Руки и платье ее обсыпаны стеклянными осколками, но он уже ничего не говорит, а, сжав кулаки под столом, с шумом в голове и огнем в сердце, сидит, и смотрит, и тонет в счастье, которого она причиной, ничего не помнит, старается не дышать, не мигать, и в мареве его блаженства — все пьяно, чисто, и весело, и грустно зараз.
Но ей было скучно. Трактир с бывшим губернатором за стойкой был пропитан салом и табаком. Бумажный тюльпан на проволоке, который Бологовский все переставлял, не зная, куда его поставить, с чем спарить, все время лез ей в лицо. Со стен смотрела фотография какого-то матадора с гитарой. Все это, и человек, сидевший с нею, по крахмальной груди которого полз красный клоп, казалось ей таким падением, такой расплатой, таким скорым путем к концу, что она с тоской и ужасом удивлялась: как жестоко и круто расправляется с нею жизнь.
«Если полезет целоваться, дам в морду», — решила она про себя.

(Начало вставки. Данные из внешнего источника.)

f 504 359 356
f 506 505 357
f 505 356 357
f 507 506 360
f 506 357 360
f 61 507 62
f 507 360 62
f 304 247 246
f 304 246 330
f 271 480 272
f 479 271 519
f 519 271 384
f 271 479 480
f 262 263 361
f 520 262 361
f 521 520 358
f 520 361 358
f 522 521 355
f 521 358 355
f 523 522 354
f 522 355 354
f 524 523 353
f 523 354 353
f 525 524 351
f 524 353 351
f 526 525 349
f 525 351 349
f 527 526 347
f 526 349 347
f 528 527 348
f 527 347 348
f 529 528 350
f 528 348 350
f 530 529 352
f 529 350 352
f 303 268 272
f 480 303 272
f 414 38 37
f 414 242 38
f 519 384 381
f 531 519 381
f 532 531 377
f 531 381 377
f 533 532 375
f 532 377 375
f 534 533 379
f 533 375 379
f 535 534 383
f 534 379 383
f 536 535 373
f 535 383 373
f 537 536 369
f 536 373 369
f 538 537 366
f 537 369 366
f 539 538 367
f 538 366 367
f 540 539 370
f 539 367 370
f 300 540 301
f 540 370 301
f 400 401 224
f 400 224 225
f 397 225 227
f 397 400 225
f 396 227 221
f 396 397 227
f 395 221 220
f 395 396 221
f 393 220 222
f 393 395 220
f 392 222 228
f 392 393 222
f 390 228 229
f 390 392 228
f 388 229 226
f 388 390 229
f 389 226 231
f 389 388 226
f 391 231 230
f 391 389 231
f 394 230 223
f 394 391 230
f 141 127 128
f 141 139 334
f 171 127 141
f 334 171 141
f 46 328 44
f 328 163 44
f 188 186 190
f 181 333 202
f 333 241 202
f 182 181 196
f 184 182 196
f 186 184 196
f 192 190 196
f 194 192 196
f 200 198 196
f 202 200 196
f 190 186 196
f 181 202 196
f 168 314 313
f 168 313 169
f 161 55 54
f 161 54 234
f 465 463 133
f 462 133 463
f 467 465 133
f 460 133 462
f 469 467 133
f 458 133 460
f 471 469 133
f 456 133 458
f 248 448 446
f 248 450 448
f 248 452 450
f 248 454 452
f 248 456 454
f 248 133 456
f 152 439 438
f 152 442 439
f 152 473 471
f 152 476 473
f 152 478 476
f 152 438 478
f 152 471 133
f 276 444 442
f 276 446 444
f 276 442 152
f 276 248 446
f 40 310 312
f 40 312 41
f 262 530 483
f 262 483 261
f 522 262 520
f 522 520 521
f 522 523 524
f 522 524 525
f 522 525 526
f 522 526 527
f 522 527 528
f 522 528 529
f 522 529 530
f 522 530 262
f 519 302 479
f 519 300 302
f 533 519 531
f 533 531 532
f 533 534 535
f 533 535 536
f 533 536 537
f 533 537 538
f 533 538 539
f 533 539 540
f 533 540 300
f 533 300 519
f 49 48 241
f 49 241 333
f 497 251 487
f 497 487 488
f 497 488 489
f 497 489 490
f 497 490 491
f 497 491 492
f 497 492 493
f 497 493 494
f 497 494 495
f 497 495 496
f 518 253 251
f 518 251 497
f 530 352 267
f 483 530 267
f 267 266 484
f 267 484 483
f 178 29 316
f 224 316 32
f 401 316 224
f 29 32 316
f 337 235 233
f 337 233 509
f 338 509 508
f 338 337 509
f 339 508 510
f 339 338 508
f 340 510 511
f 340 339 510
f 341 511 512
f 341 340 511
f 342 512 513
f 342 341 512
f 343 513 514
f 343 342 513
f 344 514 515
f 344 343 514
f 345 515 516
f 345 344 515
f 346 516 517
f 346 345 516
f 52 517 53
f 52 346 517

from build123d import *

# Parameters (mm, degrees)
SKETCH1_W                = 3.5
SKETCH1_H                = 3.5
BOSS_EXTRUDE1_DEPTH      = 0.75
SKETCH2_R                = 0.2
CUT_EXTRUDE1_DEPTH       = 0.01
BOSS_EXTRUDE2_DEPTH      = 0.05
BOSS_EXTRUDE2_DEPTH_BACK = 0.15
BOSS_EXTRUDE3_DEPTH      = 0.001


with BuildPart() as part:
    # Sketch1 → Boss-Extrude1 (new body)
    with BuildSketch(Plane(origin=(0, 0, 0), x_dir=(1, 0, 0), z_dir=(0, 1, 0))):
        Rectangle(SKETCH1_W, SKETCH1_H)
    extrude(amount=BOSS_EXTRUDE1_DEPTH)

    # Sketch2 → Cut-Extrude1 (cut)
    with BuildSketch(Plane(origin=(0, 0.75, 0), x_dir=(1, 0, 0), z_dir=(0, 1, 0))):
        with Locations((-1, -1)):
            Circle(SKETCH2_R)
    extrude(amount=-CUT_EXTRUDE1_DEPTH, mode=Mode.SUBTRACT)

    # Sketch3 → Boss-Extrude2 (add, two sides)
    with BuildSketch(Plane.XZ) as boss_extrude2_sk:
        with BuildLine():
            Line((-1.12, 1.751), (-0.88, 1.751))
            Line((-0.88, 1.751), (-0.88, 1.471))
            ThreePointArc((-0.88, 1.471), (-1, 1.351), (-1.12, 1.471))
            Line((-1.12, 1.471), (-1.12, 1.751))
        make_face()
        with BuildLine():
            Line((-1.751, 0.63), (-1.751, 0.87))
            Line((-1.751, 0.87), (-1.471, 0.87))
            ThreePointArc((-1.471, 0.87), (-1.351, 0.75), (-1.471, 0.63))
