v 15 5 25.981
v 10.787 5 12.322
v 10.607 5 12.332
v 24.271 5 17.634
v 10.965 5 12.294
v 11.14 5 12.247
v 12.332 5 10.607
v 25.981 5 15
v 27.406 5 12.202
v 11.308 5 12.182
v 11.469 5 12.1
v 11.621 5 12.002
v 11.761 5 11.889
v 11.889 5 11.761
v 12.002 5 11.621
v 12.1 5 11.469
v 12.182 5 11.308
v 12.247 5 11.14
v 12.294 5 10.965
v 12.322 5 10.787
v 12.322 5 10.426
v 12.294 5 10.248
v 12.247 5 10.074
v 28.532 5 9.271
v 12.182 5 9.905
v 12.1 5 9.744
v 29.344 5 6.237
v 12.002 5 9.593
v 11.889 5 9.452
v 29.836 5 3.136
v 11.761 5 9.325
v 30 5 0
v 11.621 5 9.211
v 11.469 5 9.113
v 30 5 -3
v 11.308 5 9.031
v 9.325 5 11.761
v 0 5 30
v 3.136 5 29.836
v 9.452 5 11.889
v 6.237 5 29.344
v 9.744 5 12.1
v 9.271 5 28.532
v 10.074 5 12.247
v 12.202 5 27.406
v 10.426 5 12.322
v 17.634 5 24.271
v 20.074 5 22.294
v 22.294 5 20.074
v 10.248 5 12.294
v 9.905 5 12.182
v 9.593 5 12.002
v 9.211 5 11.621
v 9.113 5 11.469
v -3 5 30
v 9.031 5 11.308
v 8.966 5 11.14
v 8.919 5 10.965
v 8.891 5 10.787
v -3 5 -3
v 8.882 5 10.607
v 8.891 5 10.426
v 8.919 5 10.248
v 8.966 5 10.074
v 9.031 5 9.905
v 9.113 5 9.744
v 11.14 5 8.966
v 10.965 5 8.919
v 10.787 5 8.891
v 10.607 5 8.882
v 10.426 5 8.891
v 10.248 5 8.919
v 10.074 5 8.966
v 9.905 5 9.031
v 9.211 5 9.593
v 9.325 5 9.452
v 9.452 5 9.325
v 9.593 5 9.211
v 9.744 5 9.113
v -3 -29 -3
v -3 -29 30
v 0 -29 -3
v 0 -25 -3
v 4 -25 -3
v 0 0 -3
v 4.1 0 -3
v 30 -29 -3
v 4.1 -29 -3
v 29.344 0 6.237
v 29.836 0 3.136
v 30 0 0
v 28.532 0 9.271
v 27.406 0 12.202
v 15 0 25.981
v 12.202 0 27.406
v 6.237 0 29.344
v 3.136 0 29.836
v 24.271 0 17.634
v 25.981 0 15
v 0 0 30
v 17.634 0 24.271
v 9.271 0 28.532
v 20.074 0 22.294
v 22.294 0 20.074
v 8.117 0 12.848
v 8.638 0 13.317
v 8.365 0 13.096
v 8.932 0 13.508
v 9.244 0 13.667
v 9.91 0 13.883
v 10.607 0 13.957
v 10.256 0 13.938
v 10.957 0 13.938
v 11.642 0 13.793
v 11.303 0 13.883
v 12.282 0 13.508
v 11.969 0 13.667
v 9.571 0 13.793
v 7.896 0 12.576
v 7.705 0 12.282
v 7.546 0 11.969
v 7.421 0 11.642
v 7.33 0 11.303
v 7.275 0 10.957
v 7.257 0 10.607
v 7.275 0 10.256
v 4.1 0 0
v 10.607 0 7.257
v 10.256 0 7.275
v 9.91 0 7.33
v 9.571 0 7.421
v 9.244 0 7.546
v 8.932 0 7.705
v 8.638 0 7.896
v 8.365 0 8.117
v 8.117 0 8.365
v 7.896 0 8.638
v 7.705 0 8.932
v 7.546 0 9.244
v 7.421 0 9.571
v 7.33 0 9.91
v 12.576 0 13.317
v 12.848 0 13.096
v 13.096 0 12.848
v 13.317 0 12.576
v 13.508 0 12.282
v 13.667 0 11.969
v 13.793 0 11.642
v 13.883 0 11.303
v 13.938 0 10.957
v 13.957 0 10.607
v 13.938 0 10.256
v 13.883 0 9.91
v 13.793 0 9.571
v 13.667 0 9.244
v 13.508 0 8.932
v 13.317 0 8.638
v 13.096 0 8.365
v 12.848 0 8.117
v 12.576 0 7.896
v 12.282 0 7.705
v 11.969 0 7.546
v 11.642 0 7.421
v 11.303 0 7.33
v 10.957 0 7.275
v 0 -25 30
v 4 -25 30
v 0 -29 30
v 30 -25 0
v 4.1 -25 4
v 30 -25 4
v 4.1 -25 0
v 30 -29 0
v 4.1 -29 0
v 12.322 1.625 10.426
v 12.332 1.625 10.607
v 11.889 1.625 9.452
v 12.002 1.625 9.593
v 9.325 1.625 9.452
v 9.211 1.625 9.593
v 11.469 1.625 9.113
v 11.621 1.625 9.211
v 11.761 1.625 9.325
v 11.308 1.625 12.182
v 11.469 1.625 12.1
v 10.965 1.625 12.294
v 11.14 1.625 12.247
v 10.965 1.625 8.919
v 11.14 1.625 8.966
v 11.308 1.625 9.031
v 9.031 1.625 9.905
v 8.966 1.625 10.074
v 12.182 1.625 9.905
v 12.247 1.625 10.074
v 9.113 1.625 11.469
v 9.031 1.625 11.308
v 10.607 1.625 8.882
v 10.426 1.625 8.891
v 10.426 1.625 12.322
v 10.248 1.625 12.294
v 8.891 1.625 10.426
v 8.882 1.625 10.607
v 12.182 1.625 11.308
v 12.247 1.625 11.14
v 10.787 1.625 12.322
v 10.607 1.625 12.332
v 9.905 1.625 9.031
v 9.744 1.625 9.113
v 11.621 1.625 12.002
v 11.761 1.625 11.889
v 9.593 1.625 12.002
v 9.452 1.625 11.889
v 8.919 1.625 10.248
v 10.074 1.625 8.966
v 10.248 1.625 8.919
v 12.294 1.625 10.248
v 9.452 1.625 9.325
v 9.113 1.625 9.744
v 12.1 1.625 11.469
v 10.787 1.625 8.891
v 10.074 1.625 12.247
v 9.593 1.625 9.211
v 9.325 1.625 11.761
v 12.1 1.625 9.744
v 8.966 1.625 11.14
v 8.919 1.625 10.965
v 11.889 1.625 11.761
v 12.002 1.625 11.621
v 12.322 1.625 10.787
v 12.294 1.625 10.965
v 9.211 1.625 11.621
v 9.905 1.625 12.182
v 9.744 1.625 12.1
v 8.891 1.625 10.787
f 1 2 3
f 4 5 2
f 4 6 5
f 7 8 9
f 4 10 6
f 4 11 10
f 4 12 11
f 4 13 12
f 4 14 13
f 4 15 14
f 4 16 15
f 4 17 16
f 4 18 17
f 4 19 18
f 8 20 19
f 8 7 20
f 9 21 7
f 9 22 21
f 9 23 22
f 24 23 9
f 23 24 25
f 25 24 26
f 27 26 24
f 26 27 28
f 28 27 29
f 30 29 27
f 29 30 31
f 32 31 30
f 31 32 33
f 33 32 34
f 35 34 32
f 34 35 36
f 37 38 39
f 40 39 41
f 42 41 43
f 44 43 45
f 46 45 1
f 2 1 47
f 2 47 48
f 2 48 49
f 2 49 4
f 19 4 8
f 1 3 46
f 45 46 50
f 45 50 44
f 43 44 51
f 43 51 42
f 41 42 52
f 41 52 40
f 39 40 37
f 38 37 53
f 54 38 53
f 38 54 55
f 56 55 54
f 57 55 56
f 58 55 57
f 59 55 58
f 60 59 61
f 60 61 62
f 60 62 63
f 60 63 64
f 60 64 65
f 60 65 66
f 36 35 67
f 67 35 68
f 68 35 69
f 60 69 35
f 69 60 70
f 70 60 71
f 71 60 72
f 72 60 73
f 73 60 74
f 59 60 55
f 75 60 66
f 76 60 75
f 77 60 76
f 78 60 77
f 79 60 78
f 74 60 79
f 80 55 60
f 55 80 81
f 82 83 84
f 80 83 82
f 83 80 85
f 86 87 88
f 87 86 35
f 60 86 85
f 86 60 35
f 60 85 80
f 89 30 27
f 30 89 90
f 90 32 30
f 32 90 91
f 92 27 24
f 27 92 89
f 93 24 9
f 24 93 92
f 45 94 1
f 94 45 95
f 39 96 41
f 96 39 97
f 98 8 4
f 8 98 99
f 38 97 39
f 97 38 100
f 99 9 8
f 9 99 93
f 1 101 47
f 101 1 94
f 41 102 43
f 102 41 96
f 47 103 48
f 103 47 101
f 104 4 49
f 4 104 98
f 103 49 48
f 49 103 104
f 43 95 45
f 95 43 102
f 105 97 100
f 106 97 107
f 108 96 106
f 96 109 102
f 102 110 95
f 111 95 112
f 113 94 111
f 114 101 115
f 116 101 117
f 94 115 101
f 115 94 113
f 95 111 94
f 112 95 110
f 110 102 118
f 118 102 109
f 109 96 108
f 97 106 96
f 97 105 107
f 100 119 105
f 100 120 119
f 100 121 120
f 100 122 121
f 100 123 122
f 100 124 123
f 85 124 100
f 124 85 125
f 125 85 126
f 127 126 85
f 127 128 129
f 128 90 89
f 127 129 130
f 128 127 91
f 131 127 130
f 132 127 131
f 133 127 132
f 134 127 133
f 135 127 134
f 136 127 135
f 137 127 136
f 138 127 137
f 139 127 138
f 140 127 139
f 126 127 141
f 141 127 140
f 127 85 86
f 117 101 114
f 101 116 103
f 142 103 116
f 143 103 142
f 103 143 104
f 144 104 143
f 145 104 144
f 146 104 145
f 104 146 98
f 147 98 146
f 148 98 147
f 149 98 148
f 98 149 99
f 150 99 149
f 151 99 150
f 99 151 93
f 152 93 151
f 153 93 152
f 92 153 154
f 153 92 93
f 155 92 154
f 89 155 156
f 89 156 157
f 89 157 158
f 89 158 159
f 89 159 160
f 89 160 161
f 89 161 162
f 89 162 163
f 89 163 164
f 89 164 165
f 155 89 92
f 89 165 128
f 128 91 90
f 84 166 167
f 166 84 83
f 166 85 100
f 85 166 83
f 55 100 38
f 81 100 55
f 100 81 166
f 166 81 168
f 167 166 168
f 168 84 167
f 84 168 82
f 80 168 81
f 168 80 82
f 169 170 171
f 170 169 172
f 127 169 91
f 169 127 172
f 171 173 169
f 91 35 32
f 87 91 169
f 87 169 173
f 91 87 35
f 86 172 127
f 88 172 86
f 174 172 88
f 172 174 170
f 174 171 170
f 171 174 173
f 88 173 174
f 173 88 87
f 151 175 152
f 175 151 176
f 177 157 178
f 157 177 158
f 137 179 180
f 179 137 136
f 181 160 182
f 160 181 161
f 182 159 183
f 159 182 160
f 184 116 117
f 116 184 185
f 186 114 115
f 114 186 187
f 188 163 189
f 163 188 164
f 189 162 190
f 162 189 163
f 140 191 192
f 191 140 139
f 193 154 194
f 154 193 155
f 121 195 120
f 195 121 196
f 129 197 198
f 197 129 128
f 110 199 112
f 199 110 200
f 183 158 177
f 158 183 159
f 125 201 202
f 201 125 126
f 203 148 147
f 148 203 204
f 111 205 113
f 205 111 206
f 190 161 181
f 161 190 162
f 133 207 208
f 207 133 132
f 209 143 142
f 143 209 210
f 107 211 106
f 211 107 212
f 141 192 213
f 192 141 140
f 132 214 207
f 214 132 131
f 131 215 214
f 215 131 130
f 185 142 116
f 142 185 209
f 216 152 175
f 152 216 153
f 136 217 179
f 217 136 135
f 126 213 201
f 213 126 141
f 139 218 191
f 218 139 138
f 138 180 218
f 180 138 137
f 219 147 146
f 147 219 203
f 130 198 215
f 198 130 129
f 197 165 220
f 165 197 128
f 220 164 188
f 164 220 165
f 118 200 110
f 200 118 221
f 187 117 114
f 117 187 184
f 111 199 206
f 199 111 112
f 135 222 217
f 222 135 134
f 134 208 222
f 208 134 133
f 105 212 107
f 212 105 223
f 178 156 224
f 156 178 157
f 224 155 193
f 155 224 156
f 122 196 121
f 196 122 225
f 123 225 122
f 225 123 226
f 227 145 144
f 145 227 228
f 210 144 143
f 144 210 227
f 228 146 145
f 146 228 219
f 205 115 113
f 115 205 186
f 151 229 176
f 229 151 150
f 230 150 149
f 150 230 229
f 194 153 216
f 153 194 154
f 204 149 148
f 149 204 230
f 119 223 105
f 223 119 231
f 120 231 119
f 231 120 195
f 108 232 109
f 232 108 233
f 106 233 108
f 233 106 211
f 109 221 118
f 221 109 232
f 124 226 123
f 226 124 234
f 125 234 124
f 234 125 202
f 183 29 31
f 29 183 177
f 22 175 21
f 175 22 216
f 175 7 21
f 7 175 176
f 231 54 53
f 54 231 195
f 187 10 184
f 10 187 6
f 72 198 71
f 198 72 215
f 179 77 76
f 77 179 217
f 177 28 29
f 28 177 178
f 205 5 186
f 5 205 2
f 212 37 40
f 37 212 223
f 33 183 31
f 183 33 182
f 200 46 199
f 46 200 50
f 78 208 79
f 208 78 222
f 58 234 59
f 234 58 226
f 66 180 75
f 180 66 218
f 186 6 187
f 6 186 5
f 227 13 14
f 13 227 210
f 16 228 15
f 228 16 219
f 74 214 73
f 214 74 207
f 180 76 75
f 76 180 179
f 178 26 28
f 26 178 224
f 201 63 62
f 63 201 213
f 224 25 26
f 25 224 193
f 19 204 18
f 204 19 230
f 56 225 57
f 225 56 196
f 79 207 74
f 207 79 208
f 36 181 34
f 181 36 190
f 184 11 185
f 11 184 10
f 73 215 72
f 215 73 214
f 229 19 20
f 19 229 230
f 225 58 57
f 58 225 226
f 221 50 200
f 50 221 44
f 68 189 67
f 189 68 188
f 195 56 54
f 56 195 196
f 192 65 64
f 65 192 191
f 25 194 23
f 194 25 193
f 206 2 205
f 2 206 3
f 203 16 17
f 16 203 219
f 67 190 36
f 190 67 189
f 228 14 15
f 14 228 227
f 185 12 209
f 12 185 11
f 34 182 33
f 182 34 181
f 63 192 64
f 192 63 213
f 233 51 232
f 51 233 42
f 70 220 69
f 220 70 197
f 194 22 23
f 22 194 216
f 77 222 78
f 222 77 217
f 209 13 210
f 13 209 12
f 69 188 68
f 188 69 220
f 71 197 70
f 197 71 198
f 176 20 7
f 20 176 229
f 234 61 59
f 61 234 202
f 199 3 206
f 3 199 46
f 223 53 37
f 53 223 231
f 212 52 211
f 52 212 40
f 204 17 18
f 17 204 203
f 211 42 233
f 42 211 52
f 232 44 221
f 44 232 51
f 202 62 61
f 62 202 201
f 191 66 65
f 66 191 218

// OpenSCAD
// 3D Printable Surface Mount
// Copyright (C) 2017  Daniel Benoy  <daniel@benoy.name>
//
// This program is free software: you can redistribute it and/or modify
// it under the terms of the GNU General Public License as published by
// the Free Software Foundation, either version 3 of the License, or
// (at your option) any later version.
// 
// This program is distributed in the hope that it will be useful,
// but WITHOUT ANY WARRANTY; without even the implied warranty of
// MERCHANTABILITY or FITNESS FOR A PARTICULAR PURPOSE.  See the
// GNU General Public License for more details.
// 
// You should have received a copy of the GNU General Public License
// along with this program.  If not, see <http://www.gnu.org/licenses/>.

$fn=60;

//CUSTOMIZER VARIABLES

// Whether to place an edge holder on the side(s) of the stand
type = 0; // [0:Corner, 1:Side]

// The width of the entire bracket not counting the clip thickness
bracket_width=30;

// The thickness of the clips (the parts that grip on the object with the tooth on top)
clip_thickness=3;

// How deep and tall the teeth are
tooth_size=4;

// The height of the object that will be put in the bracket
height=25;

// The thickness of the base of the object (Make sure it's thick enough to accomodate your desired screw size)
base_thickness=5;

// The diameter of the screw hole
screw_diameter=3.45;

// The diameter of the head of the screw (For countersinking)
screw_head_diameter=6.9;

// The separation tolerance (This is to prevent things from fusing together that aren't supposed to, and will depend on your printer. You probably don't have to change this)
tolerence=0.1;

//CUSTOMIZER VARIABLES END


module clip(width, height, thickness, tooth_size) {
    cube([thickness, width, height + tooth_size]);
    translate([thickness, 0, 0]) translate([0, 0, height]) intersection() {
        cube([tooth_size, width, tooth_size]);
        translate([0, 0, tooth_size]) rotate([0, 135, 0]) cube([tooth_size * sqrt(2), width, tooth_size * sqrt(2)]);
    }
}

module fh_screw_hole(diameter, head_diameter, length) {
    cylinder(d1=head_diameter, d2=0, h=head_diameter/2);
    cylinder(d=diameter, h=length);
}

module surface_mount_corner(
    tolerence=tolerence,
    bracket_width=bracket_width,
    height=height,
    base_thickness=base_thickness,
    clip_thickness=clip_thickness,
    tooth_size=tooth_size,
    screw_diameter=screw_diameter,
    screw_head_diameter=screw_head_diameter
) {
    rotate([90, 0, 0]) translate([-clip_thickness, -clip_thickness, -base_thickness]) difference() {
        union() {
            intersection() {
                cube([clip_thickness + bracket_width, clip_thickness + bracket_width, height + tooth_size + base_thickness]);
                translate([clip_thickness, clip_thickness, 0]) cylinder(h=height + tooth_size + base_thickness, r=bracket_width);
                cube([bracket_width + clip_thickness, bracket_width + clip_thickness, base_thickness]);
            }
            clip(width=bracket_width + clip_thickness, height=height + base_thickness, thickness=clip_thickness, tooth_size=tooth_size);
            translate([clip_thickness + tooth_size + tolerence, 0, 0]) mirror([1, 0, 0]) rotate([0, 0, 90]) clip(width=bracket_width - tooth_size - tolerence, height=height + base_thickness, thickness=clip_thickness, tooth_size=tooth_size);
        }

Но он одной большой жесткой рукой стиснул обе ее руки, и в ночном такси обхватил ее и измял, прижимаясь жесткими губами к ее губам, твердым лицом к ее лицу. И через минуту жалость и нежность к себе залили ее — куда рваться? Зачем? Боже мой, как все грустно на свете… Она постаралась увидеть его глаза в сумраке, скорее по привычке, чем из любопытства. Совсем еще чужие глаза блестели металлическими слезами, и редкие волосы его (он снял шляпу) показались ей железными тоже.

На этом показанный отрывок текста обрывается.